*** Data shown Section Begins ***

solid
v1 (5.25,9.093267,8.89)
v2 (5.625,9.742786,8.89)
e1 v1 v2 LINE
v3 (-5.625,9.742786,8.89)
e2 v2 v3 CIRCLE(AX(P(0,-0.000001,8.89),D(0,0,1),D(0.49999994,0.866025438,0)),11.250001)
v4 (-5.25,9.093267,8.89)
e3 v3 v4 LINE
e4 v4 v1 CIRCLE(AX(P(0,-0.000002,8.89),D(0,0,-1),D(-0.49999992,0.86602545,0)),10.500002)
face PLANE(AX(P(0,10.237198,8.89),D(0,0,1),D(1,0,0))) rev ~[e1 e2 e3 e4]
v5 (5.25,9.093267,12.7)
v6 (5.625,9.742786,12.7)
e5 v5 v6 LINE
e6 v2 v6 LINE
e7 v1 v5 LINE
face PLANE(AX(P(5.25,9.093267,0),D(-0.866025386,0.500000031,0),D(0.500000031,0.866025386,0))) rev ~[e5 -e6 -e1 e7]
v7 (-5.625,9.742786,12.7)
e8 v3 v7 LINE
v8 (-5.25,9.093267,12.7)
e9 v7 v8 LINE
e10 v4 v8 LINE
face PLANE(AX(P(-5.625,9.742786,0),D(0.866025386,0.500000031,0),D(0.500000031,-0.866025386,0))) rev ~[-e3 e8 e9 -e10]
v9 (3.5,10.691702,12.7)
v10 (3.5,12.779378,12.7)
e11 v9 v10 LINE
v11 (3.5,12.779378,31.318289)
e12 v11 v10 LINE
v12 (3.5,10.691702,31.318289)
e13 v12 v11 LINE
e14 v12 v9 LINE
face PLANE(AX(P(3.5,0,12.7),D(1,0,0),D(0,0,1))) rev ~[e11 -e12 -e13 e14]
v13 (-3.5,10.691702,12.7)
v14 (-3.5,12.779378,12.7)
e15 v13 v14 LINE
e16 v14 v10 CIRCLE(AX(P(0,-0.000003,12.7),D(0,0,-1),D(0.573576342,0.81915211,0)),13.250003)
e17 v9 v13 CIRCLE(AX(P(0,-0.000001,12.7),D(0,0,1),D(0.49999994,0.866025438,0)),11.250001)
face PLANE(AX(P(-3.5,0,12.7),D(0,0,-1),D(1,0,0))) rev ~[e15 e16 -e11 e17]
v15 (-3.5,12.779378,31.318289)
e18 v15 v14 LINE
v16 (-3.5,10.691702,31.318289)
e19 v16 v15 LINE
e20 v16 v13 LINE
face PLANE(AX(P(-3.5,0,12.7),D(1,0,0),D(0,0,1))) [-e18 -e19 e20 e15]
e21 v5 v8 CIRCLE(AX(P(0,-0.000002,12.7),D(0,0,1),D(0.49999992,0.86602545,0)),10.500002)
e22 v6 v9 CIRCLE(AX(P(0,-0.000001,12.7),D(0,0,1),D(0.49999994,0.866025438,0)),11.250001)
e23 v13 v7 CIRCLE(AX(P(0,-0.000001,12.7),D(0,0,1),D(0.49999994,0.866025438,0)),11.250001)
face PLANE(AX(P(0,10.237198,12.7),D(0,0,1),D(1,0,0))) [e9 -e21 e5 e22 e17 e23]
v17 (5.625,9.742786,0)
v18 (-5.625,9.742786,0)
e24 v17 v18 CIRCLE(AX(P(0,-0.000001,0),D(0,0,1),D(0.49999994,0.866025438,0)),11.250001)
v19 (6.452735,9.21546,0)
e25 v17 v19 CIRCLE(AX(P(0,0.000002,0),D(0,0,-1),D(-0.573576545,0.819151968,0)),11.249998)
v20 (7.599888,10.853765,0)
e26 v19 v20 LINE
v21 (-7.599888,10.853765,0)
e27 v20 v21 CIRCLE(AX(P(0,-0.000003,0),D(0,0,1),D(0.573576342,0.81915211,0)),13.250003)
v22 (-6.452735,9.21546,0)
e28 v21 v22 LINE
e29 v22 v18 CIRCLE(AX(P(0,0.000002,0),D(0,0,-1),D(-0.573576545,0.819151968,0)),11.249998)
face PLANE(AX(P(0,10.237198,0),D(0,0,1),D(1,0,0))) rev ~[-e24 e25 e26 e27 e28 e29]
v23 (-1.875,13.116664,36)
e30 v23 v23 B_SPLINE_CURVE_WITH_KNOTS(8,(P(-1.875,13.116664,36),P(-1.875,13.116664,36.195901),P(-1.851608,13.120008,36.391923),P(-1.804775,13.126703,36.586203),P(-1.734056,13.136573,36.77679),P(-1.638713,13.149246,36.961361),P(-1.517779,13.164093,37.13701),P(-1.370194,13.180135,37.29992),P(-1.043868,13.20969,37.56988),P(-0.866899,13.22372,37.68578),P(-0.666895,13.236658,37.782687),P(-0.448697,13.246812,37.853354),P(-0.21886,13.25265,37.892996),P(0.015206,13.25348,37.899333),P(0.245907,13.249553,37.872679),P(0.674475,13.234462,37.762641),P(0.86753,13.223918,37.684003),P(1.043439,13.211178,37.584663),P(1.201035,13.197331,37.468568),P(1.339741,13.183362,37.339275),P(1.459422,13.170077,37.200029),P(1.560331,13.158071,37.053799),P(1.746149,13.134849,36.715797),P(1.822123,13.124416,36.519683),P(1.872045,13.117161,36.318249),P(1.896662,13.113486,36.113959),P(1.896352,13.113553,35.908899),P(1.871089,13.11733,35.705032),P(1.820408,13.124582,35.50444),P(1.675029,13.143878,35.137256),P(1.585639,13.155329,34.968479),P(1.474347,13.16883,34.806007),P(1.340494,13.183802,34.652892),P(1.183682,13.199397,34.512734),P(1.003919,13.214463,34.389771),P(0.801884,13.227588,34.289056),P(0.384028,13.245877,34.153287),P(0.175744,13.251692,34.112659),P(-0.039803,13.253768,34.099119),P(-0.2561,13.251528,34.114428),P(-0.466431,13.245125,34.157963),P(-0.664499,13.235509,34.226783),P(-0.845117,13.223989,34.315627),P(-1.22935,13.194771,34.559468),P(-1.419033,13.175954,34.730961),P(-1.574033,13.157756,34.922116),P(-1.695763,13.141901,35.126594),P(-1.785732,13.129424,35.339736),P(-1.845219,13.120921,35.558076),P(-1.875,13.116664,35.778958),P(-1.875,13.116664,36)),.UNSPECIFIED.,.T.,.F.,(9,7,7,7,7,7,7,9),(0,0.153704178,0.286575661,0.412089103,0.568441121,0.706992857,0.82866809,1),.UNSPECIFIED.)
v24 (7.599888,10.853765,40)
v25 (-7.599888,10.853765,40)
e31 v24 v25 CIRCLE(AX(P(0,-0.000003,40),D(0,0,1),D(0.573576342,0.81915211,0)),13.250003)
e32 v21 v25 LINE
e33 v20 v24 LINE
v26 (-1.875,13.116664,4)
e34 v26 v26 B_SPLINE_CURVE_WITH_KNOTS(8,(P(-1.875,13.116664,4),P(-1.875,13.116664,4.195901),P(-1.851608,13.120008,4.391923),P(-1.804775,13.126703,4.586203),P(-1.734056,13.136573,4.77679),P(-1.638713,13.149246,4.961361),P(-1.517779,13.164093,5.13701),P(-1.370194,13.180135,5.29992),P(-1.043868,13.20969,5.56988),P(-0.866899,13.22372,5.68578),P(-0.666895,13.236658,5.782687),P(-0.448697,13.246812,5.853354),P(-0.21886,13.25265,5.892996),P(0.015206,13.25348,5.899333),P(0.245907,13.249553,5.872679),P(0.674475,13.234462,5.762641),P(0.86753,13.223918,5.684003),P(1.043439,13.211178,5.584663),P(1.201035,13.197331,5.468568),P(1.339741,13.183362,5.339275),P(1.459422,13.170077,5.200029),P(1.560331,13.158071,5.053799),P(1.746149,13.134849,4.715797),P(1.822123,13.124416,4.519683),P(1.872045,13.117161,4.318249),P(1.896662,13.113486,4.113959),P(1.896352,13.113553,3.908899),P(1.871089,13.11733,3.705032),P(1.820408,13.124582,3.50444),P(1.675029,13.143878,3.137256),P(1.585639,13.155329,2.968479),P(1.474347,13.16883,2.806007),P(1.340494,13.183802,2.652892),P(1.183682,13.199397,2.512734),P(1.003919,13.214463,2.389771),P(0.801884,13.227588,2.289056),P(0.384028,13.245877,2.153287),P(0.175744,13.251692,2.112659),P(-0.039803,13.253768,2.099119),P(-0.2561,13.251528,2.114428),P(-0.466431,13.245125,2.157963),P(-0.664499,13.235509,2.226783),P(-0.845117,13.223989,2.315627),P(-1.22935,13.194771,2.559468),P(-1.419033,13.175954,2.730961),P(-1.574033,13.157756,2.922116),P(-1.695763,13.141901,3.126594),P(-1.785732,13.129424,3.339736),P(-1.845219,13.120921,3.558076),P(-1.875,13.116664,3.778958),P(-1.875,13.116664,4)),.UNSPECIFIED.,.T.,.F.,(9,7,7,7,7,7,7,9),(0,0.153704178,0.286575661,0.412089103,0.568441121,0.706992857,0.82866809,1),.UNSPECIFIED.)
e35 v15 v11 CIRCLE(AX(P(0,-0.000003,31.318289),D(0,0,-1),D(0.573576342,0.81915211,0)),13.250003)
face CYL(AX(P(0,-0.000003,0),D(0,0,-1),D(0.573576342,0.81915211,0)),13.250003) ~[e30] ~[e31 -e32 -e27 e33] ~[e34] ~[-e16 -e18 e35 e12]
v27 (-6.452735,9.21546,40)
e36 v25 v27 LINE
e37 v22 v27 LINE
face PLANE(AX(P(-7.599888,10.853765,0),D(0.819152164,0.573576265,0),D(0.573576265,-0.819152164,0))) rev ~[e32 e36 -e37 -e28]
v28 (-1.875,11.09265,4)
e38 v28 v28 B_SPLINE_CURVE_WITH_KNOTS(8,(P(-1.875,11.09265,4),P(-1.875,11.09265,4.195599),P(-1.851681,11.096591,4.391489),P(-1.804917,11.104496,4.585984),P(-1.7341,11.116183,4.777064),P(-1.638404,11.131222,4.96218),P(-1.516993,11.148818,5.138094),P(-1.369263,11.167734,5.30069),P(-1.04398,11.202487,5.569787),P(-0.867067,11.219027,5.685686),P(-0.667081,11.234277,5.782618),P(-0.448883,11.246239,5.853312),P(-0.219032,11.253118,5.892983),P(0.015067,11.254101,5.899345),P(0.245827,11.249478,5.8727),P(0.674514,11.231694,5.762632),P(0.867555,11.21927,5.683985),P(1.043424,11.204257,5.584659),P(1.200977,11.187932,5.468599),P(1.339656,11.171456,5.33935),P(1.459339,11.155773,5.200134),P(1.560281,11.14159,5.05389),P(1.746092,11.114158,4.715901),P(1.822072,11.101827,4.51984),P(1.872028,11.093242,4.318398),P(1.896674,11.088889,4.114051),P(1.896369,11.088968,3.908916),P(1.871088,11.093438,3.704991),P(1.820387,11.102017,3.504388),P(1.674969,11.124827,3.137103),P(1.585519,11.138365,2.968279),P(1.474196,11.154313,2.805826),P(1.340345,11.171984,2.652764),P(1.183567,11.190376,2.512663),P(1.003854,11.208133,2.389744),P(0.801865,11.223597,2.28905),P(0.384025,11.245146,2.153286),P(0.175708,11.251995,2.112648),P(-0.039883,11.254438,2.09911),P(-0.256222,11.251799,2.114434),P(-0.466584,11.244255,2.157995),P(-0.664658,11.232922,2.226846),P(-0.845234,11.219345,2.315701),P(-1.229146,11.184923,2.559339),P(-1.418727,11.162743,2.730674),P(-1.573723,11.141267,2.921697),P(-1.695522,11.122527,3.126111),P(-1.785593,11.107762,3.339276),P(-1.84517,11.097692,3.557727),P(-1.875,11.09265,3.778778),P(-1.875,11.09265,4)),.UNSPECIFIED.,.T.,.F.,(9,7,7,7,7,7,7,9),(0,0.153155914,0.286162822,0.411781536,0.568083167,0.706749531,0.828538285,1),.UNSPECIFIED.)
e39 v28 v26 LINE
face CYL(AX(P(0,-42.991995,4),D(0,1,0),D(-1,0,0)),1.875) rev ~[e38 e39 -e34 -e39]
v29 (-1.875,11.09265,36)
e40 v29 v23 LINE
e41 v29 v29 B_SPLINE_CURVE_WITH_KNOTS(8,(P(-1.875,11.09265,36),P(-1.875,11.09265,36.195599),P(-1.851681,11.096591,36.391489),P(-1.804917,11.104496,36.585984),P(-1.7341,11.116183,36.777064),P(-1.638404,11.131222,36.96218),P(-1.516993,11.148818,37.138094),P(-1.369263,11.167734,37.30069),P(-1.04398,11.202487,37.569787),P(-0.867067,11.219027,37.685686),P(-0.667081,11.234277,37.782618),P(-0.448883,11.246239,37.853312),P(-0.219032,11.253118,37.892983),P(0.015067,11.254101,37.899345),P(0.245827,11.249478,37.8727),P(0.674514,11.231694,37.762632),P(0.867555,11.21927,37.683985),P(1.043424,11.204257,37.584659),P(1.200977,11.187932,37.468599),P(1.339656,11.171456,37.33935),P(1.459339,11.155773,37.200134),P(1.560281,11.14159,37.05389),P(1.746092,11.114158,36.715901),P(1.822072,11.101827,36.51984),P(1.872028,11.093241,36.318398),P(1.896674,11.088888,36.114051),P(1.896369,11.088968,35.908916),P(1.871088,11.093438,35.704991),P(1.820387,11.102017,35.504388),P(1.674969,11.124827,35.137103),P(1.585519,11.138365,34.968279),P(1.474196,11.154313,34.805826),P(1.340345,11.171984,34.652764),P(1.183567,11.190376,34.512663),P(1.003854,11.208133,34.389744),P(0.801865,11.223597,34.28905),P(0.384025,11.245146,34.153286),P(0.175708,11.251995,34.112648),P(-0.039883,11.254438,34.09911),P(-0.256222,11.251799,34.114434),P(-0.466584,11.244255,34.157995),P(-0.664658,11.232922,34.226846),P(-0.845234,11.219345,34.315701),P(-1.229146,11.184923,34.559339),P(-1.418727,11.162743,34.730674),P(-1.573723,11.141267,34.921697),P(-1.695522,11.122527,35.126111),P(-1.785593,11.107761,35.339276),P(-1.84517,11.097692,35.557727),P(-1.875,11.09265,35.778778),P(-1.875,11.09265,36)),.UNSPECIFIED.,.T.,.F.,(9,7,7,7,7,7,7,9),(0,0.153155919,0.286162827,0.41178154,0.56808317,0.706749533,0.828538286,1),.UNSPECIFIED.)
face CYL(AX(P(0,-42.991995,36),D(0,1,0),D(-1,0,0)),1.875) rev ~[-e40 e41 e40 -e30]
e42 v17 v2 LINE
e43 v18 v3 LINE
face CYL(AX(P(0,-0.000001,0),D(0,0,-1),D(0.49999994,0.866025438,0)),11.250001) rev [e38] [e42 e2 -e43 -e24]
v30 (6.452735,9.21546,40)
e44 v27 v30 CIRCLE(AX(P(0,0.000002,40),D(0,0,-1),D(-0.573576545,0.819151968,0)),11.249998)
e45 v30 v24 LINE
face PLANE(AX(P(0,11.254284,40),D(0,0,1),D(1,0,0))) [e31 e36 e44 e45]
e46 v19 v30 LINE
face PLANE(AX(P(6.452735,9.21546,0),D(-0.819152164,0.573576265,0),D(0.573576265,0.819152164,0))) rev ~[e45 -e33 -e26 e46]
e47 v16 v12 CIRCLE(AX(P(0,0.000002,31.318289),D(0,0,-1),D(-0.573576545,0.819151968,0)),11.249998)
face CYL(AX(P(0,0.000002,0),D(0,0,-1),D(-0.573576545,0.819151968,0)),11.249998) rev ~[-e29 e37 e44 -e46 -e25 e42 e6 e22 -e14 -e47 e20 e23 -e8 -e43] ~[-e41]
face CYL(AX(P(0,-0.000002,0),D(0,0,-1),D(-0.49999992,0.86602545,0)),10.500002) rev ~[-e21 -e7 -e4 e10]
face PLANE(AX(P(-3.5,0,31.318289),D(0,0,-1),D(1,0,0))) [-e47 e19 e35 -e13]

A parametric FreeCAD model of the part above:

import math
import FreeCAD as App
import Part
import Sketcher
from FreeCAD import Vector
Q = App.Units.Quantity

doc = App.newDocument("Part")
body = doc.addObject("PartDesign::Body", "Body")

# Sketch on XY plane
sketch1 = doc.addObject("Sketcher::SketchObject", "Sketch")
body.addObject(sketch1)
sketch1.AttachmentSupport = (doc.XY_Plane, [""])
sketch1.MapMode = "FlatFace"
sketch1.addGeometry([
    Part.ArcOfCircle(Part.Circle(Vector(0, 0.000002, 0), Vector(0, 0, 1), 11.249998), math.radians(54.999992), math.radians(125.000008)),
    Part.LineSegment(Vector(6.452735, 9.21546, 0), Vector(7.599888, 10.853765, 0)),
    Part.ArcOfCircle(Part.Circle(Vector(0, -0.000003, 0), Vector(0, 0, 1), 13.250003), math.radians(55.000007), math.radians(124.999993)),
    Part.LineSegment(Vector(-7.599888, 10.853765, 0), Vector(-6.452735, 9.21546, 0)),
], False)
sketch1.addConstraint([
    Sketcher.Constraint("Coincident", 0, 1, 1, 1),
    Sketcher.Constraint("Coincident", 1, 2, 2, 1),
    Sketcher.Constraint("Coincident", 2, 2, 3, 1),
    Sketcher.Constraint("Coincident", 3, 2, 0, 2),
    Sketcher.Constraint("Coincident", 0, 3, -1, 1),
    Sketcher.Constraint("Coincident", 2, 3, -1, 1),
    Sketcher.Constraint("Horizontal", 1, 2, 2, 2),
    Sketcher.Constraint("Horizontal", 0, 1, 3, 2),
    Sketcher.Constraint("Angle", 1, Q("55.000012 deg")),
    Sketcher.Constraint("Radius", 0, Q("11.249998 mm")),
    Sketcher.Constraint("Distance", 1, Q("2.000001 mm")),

*** Data shown Section Ends ***
*** Data shown Section Begins ***

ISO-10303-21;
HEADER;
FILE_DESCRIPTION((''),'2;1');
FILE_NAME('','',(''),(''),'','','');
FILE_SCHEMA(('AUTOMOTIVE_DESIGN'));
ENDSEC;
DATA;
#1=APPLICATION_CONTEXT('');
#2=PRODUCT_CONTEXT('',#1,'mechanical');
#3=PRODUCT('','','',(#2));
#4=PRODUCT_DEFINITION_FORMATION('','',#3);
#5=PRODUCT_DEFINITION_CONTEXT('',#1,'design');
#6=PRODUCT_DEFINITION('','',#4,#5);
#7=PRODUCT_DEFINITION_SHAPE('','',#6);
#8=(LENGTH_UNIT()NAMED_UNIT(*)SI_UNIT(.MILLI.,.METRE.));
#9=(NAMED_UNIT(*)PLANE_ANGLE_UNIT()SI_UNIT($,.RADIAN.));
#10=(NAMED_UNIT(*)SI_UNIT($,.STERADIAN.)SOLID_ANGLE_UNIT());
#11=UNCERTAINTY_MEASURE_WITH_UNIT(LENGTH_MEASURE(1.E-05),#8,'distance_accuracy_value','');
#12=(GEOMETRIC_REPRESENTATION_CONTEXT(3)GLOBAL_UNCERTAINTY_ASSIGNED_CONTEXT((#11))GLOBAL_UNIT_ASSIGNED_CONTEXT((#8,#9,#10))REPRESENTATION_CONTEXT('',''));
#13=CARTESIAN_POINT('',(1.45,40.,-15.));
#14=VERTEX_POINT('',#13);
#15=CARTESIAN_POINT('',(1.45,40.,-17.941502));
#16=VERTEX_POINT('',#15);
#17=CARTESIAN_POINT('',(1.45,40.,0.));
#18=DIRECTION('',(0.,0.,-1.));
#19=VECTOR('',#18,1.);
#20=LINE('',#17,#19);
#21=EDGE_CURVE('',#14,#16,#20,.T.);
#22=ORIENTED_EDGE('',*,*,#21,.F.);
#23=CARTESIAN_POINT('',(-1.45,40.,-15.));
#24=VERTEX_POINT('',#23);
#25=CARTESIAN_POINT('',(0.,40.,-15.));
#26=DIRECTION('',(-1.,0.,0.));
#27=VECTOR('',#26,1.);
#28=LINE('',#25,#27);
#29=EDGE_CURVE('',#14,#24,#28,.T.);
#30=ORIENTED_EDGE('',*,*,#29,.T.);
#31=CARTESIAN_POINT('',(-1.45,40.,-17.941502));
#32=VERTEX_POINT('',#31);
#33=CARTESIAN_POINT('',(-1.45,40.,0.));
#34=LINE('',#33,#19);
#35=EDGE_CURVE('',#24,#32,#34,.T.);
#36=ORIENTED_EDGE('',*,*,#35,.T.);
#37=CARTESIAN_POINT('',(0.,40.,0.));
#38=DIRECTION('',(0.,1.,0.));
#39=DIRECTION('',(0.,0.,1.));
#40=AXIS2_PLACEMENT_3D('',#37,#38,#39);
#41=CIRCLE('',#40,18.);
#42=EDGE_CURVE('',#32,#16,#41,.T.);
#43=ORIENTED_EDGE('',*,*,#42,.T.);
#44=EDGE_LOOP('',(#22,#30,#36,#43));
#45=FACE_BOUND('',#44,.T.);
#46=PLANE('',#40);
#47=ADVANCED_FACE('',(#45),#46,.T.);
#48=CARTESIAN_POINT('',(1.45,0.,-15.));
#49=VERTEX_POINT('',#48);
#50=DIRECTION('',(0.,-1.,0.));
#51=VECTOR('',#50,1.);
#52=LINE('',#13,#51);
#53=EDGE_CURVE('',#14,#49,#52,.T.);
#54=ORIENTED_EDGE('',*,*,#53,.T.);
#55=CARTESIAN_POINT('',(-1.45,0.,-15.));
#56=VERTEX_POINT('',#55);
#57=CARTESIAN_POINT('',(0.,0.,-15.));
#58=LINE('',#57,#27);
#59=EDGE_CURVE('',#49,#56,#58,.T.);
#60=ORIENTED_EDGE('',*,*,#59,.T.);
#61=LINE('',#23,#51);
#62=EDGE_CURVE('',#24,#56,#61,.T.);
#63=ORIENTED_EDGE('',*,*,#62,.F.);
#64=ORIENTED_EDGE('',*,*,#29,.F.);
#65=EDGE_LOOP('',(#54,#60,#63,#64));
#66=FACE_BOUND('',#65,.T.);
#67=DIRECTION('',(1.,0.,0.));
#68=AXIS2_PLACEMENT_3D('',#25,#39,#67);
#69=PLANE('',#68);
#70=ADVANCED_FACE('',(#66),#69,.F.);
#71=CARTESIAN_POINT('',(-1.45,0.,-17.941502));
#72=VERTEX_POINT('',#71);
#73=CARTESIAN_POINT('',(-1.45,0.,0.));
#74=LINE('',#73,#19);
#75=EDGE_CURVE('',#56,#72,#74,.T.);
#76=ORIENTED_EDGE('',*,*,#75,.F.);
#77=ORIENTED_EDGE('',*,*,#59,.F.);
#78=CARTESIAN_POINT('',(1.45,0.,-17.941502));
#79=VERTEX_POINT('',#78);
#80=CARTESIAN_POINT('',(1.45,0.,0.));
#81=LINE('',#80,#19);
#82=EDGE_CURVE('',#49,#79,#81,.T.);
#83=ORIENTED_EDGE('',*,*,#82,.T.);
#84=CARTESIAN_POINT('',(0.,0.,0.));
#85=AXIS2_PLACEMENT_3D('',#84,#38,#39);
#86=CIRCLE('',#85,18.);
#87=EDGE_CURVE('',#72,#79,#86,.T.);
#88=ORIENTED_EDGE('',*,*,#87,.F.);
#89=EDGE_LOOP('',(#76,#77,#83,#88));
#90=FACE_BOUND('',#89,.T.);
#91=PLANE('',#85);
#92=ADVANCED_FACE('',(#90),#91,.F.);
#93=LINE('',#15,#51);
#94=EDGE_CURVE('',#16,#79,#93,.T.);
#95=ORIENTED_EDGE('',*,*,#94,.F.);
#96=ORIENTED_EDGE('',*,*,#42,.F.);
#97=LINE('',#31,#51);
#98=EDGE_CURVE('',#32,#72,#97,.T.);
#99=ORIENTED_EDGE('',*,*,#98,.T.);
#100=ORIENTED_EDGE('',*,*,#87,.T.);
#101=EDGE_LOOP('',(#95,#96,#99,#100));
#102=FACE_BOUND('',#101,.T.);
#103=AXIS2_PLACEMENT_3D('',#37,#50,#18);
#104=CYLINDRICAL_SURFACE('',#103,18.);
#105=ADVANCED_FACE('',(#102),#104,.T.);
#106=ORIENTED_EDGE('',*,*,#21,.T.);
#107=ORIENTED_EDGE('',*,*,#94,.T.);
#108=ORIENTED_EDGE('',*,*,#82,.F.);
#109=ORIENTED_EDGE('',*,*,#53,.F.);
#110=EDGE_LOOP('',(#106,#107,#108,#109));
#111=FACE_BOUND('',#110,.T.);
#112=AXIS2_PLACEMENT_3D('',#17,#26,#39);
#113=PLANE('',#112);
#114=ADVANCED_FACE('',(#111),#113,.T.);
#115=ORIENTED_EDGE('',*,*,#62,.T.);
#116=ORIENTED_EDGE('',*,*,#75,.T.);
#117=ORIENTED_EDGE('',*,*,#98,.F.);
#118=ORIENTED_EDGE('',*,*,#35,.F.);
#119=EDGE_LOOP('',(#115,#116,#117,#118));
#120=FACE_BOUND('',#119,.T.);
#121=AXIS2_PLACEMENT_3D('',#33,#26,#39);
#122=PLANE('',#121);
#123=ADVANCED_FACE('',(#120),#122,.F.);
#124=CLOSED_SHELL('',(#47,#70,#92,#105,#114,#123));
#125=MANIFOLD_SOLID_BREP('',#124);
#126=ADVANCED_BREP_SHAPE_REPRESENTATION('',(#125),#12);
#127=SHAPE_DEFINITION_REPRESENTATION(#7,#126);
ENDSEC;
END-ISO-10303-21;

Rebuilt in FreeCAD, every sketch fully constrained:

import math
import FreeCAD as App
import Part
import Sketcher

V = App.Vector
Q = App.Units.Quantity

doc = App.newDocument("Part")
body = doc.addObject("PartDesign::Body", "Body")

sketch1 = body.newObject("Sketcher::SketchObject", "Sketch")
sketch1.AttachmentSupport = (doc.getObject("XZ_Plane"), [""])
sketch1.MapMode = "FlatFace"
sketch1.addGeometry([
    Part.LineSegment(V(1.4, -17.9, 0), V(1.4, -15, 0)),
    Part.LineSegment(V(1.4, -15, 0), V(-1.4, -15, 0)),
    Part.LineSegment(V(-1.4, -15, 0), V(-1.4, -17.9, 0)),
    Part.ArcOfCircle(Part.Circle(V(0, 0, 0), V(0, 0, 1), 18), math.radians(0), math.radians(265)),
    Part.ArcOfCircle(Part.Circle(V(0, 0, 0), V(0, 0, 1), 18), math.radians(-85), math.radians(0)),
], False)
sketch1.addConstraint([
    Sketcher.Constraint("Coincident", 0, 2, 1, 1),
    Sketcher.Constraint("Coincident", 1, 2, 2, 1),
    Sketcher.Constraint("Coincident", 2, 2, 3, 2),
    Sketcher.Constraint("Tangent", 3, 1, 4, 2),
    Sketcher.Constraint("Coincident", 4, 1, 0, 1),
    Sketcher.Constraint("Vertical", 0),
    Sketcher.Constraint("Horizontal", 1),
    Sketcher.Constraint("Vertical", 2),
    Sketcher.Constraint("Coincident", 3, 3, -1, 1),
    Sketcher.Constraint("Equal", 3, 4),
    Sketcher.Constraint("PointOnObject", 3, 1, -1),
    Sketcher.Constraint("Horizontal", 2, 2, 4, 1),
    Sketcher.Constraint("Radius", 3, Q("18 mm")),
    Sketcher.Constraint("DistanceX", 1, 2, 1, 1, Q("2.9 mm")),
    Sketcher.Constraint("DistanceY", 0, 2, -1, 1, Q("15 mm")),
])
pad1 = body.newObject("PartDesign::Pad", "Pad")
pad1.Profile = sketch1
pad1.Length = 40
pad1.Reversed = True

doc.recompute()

*** Data shown Section Ends ***

■ Work item
Only the lines above from the one with "#69=PLANE('',#68);" up to and including the one with "#80=CARTESIAN_POINT('',(1.45,0.,0.));" should be repeated, exactly as written.

■ Answer box
#69=PLANE('',#68);
#70=ADVANCED_FACE('',(#66),#69,.F.);
#71=CARTESIAN_POINT('',(-1.45,0.,-17.941502));
#72=VERTEX_POINT('',#71);
#73=CARTESIAN_POINT('',(-1.45,0.,0.));
#74=LINE('',#73,#19);
#75=EDGE_CURVE('',#56,#72,#74,.T.);
#76=ORIENTED_EDGE('',*,*,#75,.F.);
#77=ORIENTED_EDGE('',*,*,#59,.F.);
#78=CARTESIAN_POINT('',(1.45,0.,-17.941502));
#79=VERTEX_POINT('',#78);
#80=CARTESIAN_POINT('',(1.45,0.,0.));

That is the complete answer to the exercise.